Не удивляйтесь! Популяция, предковая для всех трех видов, должна быть очень изменчивой, и у каждого гена в популяции должно быть несколько вариантов. Каждый из вариантов передается по своей линии. Вполне возможно, например, что человек и горилла получили некий ген от одной линии, а шимпанзе – от другой. После этого нужно только, чтобы разошедшиеся в древности генетические линии тянулись непрерывно до точки расхождения человека и шимпанзе.

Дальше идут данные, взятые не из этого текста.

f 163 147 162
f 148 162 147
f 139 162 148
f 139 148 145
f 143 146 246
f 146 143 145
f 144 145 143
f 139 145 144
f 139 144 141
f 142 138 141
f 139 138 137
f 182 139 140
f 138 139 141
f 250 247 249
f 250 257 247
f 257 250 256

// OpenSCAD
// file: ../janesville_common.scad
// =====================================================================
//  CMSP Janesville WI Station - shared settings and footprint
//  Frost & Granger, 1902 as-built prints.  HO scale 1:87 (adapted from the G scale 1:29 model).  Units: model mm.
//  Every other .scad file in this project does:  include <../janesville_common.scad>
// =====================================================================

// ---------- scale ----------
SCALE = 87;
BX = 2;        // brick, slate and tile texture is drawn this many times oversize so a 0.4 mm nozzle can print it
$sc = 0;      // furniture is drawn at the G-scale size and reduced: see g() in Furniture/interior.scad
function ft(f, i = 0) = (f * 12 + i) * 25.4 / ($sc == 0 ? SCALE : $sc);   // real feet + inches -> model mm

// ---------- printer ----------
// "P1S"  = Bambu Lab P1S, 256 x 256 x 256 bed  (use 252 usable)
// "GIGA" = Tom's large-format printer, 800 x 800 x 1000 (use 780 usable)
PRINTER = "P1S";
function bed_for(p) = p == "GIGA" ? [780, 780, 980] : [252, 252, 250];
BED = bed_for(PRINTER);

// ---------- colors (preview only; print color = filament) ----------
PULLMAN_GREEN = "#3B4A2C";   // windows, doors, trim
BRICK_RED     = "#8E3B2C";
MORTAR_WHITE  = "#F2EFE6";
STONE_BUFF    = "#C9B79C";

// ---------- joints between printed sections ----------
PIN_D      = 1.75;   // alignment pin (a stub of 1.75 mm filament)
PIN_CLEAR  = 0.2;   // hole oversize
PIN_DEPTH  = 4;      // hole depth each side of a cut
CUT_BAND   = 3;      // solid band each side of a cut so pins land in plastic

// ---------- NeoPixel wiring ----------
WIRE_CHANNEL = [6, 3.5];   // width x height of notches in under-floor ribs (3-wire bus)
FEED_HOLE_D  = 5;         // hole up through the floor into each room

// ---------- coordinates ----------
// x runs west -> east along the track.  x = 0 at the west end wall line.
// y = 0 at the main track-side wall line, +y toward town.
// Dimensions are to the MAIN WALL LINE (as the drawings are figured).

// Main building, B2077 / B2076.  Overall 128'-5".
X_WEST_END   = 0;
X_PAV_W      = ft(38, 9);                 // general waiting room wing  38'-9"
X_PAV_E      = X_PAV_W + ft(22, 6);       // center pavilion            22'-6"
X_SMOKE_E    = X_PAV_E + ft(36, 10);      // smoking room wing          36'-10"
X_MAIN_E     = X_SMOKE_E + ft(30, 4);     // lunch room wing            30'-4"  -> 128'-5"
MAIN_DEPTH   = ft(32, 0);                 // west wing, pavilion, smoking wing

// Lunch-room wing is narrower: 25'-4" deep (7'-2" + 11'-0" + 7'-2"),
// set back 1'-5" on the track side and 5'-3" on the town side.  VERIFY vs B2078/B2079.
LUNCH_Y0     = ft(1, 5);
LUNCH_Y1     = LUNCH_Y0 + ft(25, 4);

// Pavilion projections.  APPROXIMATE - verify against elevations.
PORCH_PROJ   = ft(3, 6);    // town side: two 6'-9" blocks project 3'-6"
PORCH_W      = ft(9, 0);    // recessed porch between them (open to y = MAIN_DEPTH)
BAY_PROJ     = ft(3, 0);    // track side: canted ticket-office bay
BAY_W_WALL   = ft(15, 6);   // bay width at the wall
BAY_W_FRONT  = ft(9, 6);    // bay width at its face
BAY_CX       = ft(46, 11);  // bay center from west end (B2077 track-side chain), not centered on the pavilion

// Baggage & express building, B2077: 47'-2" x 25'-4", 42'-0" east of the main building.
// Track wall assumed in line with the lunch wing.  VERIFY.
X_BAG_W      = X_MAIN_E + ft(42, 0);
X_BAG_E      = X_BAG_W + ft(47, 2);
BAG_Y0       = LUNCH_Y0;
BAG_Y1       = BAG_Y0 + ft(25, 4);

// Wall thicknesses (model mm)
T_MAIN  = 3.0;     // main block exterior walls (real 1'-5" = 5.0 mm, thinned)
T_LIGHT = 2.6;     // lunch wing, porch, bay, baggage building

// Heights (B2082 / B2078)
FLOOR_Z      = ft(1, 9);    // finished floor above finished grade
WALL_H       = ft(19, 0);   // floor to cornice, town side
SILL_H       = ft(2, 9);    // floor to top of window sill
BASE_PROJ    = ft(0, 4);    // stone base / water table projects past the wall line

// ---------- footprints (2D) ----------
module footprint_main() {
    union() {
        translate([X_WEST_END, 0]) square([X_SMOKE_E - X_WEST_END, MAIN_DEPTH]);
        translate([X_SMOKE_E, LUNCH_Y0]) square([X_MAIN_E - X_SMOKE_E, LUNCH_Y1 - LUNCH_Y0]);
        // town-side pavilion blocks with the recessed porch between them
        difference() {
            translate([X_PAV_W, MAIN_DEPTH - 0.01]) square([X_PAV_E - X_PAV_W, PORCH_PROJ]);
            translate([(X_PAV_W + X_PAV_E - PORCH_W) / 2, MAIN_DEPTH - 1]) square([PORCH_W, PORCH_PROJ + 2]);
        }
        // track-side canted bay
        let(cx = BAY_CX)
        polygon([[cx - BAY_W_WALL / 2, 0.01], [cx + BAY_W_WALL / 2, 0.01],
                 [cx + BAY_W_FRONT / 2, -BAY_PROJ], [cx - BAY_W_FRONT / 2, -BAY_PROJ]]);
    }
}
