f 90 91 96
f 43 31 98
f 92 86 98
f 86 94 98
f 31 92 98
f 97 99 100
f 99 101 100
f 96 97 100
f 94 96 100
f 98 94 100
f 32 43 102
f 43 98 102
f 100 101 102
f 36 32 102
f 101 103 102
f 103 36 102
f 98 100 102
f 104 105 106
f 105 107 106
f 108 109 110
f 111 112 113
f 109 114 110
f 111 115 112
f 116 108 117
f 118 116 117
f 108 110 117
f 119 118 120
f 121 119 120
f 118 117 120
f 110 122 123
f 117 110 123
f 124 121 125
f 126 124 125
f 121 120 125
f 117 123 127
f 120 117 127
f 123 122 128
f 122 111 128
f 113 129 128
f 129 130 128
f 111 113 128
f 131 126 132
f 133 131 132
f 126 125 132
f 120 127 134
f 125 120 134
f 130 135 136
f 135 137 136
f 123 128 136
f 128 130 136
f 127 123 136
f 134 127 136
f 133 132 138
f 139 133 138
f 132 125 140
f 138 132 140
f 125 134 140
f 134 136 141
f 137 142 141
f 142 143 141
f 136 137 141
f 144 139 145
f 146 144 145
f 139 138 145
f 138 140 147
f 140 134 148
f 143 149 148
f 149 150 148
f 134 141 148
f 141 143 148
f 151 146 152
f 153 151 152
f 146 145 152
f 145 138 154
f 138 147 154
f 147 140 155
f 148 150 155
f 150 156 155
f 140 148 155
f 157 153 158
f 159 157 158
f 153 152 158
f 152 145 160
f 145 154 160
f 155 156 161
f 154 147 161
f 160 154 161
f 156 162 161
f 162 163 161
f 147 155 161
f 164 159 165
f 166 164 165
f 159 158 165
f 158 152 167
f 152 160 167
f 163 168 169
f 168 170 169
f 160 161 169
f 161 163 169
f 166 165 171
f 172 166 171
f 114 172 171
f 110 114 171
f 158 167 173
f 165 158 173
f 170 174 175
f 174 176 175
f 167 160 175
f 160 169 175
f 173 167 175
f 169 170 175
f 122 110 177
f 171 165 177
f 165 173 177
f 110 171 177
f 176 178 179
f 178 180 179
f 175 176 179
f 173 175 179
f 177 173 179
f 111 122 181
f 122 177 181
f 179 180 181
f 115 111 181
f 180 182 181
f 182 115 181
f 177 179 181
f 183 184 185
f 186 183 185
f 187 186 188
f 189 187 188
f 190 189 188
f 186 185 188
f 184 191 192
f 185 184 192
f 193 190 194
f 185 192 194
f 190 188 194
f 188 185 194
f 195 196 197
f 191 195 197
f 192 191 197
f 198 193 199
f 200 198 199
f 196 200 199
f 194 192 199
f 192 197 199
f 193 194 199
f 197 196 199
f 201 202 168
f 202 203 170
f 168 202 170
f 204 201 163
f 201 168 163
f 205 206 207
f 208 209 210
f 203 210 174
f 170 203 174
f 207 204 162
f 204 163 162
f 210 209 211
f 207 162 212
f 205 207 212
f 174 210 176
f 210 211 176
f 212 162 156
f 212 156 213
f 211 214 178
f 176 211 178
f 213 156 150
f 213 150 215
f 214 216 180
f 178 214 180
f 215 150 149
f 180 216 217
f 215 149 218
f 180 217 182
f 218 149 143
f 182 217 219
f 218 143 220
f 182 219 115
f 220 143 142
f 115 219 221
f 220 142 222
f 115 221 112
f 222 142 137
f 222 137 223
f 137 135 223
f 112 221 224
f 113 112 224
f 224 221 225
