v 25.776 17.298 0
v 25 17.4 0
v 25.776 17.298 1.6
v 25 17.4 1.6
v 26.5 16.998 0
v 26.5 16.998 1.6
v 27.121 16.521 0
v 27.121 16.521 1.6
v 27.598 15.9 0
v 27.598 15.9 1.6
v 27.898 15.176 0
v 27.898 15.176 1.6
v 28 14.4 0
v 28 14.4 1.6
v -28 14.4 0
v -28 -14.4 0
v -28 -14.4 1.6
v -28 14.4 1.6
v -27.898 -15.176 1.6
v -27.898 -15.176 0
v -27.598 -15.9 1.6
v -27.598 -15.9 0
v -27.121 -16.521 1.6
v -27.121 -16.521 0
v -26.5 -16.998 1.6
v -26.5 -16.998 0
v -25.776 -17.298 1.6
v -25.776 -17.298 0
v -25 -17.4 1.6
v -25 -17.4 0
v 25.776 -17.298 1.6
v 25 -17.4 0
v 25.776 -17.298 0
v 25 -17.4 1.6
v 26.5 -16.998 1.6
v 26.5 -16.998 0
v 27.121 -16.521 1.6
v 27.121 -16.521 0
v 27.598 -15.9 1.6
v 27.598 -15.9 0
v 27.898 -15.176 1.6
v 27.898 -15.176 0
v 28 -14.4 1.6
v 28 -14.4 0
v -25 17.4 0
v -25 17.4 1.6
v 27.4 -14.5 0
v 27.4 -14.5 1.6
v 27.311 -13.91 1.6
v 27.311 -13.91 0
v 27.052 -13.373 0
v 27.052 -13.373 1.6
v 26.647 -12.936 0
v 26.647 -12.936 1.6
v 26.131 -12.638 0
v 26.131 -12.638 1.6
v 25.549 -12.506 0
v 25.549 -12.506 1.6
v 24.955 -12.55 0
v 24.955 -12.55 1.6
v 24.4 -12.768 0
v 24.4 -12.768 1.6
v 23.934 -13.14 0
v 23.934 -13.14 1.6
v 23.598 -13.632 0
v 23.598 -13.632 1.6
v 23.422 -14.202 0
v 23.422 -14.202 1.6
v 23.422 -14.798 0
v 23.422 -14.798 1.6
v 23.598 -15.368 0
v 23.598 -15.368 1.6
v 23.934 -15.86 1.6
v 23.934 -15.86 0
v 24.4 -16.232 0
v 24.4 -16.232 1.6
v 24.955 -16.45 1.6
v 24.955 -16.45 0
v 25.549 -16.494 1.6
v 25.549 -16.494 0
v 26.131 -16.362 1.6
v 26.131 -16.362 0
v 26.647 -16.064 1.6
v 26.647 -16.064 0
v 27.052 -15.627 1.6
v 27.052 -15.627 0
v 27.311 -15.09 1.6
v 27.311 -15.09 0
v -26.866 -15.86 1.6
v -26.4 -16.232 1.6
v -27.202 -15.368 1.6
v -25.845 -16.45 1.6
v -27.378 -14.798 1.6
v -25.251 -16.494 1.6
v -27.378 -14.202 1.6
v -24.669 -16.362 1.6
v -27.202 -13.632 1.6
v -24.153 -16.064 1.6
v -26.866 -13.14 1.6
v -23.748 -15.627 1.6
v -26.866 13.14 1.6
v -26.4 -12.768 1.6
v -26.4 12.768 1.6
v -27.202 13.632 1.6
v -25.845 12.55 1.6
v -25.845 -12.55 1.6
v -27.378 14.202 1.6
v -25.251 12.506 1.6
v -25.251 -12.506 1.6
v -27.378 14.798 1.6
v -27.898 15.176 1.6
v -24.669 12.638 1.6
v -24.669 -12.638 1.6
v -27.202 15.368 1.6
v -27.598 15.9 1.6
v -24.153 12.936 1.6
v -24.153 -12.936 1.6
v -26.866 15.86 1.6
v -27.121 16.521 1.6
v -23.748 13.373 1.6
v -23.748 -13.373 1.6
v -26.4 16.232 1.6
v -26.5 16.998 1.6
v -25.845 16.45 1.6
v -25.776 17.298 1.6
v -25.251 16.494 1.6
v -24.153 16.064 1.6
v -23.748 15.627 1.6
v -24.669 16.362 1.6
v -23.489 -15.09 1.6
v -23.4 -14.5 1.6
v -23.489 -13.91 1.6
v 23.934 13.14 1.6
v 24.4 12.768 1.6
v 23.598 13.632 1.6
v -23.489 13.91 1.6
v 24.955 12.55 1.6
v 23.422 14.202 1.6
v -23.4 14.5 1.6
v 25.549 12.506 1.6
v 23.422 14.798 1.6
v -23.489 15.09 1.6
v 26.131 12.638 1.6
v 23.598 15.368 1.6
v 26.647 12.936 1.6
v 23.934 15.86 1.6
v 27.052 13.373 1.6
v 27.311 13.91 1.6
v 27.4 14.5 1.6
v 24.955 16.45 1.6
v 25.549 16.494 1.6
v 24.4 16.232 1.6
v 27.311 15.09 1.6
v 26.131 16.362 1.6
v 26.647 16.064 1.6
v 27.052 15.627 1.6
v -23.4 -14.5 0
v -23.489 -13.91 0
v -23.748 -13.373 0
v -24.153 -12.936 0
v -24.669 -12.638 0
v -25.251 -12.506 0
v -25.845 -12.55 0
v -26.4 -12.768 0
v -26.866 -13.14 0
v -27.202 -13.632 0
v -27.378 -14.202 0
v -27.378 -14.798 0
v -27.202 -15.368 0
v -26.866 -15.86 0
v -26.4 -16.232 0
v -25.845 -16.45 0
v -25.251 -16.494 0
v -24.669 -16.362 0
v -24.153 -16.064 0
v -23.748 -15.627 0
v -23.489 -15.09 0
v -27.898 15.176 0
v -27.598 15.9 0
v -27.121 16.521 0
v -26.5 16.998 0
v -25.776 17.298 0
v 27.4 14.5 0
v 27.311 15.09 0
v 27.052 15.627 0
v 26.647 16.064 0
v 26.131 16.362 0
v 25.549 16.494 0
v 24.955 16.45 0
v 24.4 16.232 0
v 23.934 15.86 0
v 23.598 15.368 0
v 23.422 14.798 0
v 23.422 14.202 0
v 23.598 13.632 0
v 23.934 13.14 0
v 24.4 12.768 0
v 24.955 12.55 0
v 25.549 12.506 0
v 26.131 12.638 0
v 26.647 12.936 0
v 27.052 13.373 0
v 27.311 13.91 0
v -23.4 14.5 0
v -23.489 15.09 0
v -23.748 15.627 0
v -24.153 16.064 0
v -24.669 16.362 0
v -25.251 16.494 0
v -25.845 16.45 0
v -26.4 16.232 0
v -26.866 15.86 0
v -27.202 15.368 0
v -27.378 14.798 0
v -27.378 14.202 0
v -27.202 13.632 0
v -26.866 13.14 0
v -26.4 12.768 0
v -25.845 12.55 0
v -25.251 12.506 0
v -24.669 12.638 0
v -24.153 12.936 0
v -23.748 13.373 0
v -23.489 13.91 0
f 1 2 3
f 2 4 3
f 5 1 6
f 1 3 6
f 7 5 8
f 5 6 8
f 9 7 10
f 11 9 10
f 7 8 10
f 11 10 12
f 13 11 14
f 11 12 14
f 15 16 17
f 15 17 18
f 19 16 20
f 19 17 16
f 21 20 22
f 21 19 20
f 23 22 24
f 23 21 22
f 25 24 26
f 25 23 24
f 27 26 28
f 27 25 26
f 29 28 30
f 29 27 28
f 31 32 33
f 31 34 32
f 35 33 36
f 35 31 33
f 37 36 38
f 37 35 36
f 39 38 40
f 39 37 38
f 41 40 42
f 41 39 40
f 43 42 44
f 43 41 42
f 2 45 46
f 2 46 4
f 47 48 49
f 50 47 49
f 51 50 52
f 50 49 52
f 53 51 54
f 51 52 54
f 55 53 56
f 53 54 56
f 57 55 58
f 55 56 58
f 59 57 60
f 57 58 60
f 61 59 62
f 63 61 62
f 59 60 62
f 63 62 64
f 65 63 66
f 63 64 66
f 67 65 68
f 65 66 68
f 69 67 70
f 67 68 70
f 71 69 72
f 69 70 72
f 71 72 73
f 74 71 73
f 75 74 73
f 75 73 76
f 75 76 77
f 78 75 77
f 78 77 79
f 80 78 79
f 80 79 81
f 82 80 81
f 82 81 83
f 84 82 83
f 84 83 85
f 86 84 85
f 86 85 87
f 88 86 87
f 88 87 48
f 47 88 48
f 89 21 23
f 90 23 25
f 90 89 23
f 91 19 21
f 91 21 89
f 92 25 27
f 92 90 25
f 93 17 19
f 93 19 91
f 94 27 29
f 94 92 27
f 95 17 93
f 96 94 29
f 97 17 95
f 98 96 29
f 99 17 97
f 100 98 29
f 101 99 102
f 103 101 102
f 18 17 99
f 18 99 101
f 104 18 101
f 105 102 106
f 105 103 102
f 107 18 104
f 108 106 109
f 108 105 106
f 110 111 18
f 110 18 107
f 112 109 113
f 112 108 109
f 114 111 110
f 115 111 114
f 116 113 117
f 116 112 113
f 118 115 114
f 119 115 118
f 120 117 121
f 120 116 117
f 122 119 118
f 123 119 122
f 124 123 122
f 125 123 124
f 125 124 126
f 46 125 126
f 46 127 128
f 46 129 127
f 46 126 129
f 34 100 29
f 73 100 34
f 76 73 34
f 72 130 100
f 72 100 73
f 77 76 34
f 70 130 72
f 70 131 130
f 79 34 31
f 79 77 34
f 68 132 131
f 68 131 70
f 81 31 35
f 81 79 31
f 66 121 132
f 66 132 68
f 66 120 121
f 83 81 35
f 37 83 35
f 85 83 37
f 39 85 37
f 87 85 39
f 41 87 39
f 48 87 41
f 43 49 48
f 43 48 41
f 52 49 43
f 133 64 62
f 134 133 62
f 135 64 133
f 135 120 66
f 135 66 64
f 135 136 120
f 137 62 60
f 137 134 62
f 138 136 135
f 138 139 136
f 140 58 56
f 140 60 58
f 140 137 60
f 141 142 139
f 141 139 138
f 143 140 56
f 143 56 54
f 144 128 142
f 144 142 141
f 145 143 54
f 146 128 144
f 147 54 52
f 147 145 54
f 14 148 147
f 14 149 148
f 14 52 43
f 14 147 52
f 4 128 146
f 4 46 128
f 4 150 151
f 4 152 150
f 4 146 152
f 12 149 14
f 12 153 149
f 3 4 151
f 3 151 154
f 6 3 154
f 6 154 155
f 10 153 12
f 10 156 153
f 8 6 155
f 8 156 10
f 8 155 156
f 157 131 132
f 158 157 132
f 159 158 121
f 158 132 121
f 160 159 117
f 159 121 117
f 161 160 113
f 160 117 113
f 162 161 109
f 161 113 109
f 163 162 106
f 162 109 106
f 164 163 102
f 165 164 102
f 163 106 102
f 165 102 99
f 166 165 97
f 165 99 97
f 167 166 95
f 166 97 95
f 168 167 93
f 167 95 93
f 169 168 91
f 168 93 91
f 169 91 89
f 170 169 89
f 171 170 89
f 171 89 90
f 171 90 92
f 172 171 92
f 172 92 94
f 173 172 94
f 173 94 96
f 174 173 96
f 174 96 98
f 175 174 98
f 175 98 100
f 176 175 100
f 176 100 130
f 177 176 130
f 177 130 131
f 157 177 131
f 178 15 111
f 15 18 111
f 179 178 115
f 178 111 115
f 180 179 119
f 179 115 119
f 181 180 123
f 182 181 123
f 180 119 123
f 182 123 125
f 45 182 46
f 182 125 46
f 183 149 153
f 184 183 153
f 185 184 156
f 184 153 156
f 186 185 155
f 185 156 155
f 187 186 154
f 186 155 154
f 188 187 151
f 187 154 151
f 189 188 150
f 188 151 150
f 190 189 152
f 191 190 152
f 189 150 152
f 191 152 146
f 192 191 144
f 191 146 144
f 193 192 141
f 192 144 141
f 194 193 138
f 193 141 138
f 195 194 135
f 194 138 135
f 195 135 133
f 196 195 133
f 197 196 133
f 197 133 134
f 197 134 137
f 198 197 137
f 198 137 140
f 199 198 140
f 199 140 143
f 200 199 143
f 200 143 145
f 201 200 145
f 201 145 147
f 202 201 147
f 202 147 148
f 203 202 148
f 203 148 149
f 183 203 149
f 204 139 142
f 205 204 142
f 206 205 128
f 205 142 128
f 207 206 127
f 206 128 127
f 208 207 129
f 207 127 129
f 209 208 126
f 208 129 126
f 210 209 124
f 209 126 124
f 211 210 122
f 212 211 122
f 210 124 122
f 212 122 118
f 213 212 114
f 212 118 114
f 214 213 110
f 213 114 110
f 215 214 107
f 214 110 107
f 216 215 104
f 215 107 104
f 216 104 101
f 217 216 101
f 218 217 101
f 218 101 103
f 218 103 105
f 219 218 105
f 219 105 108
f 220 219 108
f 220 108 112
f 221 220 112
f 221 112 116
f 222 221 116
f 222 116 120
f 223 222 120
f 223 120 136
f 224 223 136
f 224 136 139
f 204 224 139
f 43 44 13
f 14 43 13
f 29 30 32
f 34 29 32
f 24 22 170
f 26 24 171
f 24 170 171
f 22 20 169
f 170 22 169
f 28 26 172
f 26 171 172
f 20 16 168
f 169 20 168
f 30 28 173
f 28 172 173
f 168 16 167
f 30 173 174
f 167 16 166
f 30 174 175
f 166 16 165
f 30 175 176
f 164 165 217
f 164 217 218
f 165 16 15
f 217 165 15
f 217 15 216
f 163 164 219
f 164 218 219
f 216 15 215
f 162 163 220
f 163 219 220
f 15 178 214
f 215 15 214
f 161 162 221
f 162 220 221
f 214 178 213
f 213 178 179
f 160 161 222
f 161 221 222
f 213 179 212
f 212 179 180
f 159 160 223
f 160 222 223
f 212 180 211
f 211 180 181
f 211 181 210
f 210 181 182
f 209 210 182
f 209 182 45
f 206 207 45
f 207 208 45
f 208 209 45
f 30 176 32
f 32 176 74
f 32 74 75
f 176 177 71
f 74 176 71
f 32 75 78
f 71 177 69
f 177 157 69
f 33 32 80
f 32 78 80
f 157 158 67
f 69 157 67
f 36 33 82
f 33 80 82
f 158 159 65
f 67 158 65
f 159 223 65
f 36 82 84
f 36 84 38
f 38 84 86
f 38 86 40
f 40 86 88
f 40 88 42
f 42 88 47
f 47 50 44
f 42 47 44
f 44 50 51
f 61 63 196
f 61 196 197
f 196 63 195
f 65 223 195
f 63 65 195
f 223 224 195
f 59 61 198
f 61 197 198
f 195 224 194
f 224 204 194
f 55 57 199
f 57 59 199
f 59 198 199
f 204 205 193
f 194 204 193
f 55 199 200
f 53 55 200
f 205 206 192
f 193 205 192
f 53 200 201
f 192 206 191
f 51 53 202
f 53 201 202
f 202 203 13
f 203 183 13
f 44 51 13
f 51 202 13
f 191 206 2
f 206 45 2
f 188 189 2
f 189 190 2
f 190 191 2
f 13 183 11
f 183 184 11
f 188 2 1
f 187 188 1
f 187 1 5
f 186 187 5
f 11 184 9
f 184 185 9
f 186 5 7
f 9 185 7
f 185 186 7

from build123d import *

# Parameters (mm, degrees)
SKETCH_W     = 56
SKETCH_H     = 34.8
PAD_DEPTH    = 1.6
SKETCH003_R  = 2
POCKET_DEPTH = 1.601
FILLET_R     = 3


with BuildPart() as part:
    # Sketch → Pad (new body)
    with BuildSketch(Plane.XY):
        Rectangle(SKETCH_W, SKETCH_H)
    extrude(amount=PAD_DEPTH)

    # Sketch003 → Pocket (cut, through all)
    with BuildSketch(Plane.XY.offset(1.6)):
        with Locations((-25.4, -14.5)):
            Circle(SKETCH003_R)
        with Locations((-25.4, 14.5)):
            Circle(SKETCH003_R)
        with Locations((25.4, 14.5)):
            Circle(SKETCH003_R)
        with Locations((25.4, -14.5)):
            Circle(SKETCH003_R)
    extrude(amount=-POCKET_DEPTH, mode=Mode.SUBTRACT)

    # Fillet
    fillet_edges = [part.edges().sort_by_distance(p)[0] for p in [
        (-28, -17.4, 0.8),
        (28, -17.4, 0.8),
        (28, 17.4, 0.8),
        (-28, 17.4, 0.8),
    ]]
    fillet(fillet_edges, radius=FILLET_R)


solid = part.part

И получится, что человек произошел от одной линии, а шимпанзе – от другой [16] .
16
Чем больший промежуток времени разделяет два вида (или чем меньше размер популяции), тем больше предковых линий оказываются утрачены в результате дрейфа генов. Поэтому специалистам по систематике, желающим, чтобы деревья, построенные для видов, совпадали с деревьями, построенными для генов, лучше иметь дело с давно разошедшимися видами. Но всегда существуют гены типа SRY, для которых существование линий естественный отбор поддерживает долгое время.
Приходится признать, что одно древо не описывает весь эволюционный сюжет. Ничто не мешает нам продолжать строить деревья для видов, однако нужно помнить, что эти деревья представляют не более чем обобщение множества генных деревьев. Интерпретировать деревья можно двумя способами. Первый – традиционная генеалогическая интерпретация. Один вид является ближайшим родственником другого, если из всех рассмотренных видов именно с ним его связывает самый поздний общий предок. Второй способ интерпретации, мне кажется, только предстоит освоить. Согласно этому подходу, построенное для группы видов древо отражает родственные отношения большей части генов. То есть древо показывает результаты, за которые гены высказались “большинством голосов”.
Мне больше нравится идея голосования генов. Поэтому, когда я говорю о родстве видов, его нужно понимать именно так. Все филогенетические деревья, которые я здесь обсуждаю – касаются ли они животных, растений, грибов или бактерий, – нужно рассматривать как схемы, отражающие идеи “генного большинства”.
Узконосые обезьяны. Это общепризнанное филогенетическое древо, построенное примерно для ста видов обезьян Старого Света. (Кружки на концах ветвей указывают на количество видов в каждой группе: отсутствие кружка означает 1–9 известных видов, небольшой кружок соответствует 10–99 видам, круг побольше – 100–999 и т. д. Каждая из представленных здесь четырех групп объединяет 10–99 видов.)